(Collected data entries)
---+---

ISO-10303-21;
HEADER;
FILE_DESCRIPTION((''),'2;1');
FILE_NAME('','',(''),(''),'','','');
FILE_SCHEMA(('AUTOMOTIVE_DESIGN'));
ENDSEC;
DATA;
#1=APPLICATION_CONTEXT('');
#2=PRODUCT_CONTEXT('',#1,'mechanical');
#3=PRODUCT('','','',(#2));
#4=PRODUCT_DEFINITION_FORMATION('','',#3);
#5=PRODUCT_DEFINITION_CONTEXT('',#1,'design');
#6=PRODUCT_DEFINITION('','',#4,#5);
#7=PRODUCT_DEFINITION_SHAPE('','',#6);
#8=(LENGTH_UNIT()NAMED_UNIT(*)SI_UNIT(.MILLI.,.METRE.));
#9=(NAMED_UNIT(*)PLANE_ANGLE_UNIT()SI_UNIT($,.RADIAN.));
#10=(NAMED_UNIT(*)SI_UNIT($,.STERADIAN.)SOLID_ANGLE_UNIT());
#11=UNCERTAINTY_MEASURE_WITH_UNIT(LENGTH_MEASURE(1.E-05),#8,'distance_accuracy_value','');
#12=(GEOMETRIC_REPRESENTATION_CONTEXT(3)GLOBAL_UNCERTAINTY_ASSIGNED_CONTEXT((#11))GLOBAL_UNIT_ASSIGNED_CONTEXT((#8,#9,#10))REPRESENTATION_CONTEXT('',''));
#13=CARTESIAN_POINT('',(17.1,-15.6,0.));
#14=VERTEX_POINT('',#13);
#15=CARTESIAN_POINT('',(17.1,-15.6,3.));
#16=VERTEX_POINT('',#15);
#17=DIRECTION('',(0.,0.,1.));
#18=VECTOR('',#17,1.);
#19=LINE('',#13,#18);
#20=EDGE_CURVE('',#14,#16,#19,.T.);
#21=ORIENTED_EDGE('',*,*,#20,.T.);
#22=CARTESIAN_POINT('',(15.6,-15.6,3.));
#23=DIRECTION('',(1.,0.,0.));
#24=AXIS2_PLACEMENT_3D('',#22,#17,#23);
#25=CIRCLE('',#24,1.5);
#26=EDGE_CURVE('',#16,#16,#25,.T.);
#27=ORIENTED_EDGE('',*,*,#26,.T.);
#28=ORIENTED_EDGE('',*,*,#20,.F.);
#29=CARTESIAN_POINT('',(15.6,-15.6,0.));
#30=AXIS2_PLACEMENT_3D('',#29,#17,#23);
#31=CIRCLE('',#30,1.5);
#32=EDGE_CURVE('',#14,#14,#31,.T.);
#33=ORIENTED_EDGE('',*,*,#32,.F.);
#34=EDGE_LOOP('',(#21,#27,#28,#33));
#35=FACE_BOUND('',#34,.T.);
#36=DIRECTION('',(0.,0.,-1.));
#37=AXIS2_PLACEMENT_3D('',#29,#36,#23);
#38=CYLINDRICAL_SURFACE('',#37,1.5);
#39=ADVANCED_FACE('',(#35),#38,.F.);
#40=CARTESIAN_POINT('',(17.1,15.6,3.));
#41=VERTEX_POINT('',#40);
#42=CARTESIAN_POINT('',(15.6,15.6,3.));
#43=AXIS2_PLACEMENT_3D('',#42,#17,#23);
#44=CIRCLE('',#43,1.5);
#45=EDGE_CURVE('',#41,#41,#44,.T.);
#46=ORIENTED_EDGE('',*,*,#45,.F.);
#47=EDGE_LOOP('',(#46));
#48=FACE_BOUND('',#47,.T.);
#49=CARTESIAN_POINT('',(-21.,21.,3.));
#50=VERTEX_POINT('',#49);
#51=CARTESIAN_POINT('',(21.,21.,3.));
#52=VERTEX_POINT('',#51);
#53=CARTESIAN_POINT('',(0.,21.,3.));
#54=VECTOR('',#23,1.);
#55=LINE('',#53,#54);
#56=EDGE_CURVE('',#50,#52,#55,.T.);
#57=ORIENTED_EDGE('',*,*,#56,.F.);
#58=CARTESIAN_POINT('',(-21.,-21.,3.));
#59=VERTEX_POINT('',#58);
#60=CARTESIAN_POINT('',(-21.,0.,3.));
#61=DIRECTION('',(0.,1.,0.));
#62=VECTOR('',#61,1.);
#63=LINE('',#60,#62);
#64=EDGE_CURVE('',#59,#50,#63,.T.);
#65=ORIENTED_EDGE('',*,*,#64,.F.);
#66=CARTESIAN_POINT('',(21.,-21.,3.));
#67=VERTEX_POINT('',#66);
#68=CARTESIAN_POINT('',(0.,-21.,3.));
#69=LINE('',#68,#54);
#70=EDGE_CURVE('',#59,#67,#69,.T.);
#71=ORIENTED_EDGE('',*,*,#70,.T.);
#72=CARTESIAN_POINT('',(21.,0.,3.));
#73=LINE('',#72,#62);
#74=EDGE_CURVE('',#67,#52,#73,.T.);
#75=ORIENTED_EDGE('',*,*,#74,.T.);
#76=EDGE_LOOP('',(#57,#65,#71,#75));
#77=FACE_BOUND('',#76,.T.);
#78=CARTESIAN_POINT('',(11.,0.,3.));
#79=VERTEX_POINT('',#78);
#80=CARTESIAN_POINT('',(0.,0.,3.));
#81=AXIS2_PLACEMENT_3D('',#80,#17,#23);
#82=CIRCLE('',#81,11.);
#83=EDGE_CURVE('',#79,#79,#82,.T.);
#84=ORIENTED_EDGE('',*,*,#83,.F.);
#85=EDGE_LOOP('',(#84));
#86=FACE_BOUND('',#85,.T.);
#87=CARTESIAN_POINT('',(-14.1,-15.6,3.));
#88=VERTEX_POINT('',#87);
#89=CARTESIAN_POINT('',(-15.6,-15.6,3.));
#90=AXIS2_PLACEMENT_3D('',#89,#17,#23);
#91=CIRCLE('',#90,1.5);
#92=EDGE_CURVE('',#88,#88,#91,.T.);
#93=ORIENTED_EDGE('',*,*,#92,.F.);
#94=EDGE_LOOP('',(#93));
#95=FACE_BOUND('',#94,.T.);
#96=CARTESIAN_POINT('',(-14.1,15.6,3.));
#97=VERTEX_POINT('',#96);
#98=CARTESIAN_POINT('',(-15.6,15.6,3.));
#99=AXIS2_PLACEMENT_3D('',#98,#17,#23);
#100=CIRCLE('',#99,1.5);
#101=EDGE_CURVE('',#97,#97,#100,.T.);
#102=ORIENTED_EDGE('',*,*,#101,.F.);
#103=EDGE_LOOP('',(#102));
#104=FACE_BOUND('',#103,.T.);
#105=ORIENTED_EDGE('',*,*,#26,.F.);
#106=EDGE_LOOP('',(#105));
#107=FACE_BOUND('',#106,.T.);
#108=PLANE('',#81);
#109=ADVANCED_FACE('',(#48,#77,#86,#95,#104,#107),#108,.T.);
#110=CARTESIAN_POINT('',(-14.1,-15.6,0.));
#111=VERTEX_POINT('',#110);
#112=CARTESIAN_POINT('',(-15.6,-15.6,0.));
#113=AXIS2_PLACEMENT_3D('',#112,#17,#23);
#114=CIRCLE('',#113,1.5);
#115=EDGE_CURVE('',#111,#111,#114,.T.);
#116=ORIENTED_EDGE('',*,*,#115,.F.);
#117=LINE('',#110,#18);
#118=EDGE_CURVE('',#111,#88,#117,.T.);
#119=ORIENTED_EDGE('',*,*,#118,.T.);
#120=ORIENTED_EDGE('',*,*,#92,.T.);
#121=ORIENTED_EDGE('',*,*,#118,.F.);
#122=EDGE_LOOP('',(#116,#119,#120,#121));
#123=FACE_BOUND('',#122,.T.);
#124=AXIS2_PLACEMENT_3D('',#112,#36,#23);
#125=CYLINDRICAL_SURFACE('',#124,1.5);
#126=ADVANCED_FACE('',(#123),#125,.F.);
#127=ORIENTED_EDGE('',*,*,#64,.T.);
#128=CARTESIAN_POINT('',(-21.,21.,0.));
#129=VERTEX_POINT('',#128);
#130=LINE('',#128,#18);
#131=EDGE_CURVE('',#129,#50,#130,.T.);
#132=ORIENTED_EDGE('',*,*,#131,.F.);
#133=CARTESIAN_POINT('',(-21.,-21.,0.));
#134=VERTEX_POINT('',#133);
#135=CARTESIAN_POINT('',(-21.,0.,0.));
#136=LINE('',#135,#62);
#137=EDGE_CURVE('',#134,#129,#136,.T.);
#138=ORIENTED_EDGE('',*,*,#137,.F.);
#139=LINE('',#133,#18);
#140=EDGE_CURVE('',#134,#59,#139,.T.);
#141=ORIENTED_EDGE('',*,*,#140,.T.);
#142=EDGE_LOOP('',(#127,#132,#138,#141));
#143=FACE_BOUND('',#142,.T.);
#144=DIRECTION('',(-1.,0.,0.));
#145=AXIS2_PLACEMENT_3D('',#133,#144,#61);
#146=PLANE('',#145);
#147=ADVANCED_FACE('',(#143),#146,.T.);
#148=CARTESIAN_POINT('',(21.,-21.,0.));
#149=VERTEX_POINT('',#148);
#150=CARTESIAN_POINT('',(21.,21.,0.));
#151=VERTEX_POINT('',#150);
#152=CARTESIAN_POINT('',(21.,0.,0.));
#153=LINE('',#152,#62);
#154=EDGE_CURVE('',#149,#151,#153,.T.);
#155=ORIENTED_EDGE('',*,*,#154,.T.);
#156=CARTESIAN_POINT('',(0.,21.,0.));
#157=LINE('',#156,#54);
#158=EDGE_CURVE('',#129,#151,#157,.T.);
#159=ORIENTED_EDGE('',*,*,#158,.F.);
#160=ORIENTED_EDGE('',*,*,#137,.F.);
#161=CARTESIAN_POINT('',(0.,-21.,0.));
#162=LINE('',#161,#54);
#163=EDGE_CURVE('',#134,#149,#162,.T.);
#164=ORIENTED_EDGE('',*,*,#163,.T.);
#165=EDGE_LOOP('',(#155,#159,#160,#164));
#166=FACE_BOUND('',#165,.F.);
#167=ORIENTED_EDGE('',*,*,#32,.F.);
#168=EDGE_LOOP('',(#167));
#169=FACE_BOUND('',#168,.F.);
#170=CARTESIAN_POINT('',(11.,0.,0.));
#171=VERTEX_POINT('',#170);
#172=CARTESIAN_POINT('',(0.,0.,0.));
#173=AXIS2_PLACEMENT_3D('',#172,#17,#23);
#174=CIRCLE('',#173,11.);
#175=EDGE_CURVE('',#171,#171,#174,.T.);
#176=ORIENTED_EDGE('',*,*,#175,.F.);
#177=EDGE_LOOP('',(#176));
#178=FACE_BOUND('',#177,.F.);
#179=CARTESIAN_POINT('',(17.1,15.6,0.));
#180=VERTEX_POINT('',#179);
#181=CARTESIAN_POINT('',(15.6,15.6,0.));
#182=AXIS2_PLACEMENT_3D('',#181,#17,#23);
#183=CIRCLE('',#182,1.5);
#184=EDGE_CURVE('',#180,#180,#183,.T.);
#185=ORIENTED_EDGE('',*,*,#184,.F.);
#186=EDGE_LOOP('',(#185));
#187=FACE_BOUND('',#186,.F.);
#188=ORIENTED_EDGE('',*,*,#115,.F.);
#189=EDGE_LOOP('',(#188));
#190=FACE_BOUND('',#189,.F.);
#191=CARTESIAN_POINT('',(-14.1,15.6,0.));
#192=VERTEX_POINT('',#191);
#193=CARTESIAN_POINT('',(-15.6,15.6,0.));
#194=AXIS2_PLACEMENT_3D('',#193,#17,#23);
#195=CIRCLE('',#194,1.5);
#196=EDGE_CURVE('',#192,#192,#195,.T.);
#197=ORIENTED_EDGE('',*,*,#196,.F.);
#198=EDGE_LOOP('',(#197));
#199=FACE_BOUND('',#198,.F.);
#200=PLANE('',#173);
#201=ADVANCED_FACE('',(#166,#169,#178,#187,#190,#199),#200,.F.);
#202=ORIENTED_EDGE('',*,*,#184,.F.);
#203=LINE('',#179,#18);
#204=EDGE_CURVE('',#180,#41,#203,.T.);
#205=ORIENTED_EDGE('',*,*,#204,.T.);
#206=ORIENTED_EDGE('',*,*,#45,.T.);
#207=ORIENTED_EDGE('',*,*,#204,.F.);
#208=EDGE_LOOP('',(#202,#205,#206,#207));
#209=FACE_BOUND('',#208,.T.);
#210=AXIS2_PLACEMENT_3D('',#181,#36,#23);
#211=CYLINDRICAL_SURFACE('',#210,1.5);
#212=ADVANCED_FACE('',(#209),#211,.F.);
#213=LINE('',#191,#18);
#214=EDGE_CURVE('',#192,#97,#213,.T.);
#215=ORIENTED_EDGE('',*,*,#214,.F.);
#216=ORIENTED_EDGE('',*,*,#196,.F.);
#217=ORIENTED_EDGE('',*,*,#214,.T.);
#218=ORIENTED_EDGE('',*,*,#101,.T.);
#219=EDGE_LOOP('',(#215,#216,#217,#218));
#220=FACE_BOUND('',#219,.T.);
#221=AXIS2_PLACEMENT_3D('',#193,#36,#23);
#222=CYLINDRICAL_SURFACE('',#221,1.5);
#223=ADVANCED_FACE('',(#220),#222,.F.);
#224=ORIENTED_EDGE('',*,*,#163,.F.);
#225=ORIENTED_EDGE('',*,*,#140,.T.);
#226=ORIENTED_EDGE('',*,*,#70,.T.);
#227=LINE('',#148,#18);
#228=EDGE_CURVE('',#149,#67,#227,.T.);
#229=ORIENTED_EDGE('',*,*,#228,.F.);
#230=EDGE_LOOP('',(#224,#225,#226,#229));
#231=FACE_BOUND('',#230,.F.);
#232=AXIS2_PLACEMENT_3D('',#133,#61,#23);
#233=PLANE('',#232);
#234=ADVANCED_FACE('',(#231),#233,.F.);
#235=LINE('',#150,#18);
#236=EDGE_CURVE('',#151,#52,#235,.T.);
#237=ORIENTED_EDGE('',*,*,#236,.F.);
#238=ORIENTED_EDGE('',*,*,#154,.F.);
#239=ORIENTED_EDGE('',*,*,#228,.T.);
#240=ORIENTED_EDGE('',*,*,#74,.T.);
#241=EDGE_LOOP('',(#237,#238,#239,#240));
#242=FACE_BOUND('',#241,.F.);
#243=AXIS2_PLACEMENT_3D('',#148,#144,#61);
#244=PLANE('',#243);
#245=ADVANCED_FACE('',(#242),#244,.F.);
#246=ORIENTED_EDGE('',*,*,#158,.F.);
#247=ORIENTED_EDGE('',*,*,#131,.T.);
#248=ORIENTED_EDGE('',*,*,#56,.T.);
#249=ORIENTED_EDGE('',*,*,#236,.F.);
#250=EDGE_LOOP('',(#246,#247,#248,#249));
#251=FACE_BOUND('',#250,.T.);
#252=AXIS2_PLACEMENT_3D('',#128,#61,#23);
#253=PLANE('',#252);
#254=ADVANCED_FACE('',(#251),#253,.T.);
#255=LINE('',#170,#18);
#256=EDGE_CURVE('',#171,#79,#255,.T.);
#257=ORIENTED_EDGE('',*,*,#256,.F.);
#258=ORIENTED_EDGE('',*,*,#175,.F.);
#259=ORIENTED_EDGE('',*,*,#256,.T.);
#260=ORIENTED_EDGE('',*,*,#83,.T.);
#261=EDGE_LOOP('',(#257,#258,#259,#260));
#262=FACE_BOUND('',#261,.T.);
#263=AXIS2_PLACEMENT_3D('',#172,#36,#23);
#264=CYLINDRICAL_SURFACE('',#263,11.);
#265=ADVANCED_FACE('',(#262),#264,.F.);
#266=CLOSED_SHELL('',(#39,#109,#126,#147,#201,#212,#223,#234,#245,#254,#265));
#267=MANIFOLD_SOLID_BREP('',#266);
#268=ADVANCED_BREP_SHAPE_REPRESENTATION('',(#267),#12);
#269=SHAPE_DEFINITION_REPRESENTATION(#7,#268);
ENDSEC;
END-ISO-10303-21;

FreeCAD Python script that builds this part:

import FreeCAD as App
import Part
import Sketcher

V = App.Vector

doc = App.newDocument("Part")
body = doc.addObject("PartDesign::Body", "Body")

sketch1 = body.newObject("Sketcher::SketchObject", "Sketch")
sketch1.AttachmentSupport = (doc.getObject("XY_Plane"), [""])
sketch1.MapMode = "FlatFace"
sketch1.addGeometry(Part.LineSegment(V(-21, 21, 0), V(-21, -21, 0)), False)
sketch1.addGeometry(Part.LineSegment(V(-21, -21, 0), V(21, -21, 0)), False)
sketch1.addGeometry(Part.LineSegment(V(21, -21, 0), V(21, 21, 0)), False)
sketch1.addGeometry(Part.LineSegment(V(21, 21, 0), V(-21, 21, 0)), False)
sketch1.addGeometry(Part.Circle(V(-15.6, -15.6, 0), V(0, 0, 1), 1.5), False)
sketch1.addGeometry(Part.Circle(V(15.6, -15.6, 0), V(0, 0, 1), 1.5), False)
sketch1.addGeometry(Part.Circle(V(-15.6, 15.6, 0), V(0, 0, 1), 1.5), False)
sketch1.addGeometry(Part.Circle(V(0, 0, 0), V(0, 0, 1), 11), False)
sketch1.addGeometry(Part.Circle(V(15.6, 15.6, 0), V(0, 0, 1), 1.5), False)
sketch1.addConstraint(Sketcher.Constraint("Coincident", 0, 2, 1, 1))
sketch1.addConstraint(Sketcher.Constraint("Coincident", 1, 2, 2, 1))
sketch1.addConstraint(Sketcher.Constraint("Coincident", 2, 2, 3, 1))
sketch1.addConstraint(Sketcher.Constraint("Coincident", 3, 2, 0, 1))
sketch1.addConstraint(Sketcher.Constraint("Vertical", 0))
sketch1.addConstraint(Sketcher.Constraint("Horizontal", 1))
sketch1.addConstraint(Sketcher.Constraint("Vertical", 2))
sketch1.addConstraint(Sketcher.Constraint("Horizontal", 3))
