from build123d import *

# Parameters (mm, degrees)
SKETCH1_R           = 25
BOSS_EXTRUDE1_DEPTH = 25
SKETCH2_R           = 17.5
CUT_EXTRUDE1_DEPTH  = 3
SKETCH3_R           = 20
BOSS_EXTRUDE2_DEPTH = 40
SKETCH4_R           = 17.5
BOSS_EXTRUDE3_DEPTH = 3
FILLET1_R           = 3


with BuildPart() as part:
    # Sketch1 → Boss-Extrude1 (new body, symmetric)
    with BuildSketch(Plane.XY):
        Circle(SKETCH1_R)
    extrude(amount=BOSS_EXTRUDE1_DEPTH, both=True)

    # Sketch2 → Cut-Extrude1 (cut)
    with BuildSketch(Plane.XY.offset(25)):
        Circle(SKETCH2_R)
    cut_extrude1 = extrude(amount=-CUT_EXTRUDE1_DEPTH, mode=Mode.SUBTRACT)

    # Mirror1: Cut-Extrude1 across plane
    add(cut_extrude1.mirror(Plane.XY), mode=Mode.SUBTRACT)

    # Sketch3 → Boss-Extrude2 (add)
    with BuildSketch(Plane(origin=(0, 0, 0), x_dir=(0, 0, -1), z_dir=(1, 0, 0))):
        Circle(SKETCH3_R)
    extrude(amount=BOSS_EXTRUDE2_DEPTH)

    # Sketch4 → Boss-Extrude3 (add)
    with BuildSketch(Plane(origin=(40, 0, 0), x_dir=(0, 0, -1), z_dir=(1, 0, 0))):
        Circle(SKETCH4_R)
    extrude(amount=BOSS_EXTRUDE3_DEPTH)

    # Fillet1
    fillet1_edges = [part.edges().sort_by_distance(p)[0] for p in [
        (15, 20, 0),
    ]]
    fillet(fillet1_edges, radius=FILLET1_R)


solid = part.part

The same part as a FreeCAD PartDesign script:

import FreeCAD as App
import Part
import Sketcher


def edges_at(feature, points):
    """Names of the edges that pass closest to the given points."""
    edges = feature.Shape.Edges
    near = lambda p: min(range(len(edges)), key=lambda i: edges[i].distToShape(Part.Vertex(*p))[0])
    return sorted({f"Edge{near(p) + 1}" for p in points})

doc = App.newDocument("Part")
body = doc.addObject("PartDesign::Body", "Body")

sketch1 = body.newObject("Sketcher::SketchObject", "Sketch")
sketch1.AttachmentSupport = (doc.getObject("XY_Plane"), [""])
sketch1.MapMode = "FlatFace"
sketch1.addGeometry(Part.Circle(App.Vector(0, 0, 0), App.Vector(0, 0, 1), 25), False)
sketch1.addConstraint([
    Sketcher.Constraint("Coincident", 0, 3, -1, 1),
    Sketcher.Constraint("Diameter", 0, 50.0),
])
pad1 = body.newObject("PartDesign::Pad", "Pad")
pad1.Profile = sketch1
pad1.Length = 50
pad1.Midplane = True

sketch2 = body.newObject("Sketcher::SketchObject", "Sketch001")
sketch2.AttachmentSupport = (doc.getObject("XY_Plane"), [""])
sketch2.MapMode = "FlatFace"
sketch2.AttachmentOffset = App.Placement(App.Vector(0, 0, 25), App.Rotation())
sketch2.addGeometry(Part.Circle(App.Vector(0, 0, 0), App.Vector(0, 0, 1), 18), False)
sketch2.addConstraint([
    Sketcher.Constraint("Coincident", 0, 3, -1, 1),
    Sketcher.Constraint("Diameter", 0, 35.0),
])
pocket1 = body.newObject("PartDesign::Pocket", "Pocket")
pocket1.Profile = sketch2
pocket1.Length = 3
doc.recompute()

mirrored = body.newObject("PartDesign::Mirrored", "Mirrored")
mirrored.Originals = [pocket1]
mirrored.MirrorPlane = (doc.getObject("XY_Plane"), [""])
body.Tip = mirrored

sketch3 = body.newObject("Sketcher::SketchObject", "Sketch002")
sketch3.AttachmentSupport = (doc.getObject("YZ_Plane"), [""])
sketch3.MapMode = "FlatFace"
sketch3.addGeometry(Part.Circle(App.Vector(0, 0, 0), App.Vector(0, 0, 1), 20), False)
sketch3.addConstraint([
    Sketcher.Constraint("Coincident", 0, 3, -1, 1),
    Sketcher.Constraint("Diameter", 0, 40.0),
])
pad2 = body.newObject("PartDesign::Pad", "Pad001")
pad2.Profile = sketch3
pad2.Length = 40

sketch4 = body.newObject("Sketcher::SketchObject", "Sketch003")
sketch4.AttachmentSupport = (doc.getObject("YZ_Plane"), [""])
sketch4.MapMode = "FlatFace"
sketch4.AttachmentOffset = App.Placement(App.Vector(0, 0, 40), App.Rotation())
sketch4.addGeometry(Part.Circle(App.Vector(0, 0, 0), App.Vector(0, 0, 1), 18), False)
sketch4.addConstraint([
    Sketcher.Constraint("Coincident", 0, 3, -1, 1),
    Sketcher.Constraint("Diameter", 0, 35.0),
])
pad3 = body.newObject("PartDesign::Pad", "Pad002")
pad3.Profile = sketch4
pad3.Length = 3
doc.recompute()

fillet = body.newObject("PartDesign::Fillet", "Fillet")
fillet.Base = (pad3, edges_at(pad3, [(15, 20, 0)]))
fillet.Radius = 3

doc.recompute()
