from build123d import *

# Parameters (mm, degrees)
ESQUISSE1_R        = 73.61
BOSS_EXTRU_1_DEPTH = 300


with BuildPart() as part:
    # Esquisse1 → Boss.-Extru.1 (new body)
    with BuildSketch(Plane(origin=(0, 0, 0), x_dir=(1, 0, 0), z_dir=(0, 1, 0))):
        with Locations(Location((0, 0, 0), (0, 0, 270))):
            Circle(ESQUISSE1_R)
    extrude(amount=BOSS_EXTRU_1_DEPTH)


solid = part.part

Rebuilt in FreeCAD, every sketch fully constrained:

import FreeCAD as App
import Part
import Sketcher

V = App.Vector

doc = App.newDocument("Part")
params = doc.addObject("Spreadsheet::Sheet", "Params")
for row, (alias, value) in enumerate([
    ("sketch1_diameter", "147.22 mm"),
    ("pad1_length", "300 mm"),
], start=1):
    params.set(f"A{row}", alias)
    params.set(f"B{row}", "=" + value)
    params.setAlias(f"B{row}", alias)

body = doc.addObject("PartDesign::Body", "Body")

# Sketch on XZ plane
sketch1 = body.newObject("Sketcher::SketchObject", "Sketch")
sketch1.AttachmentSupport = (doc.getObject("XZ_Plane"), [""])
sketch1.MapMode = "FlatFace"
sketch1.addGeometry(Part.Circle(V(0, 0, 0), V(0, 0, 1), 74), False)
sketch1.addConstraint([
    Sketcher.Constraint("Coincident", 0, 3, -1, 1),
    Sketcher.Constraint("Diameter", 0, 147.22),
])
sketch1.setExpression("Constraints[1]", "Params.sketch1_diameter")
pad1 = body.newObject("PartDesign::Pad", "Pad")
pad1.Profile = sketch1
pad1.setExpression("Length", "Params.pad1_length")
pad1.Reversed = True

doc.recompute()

---+---

Copy each line of the records above that carries the word "DIRECTION".

#17=DIRECTION('',(0.,0.,1.));
#23=DIRECTION('',(1.,0.,0.));
#36=DIRECTION('',(0.,0.,-1.));
#61=DIRECTION('',(0.,1.,0.));
#144=DIRECTION('',(-1.,0.,0.));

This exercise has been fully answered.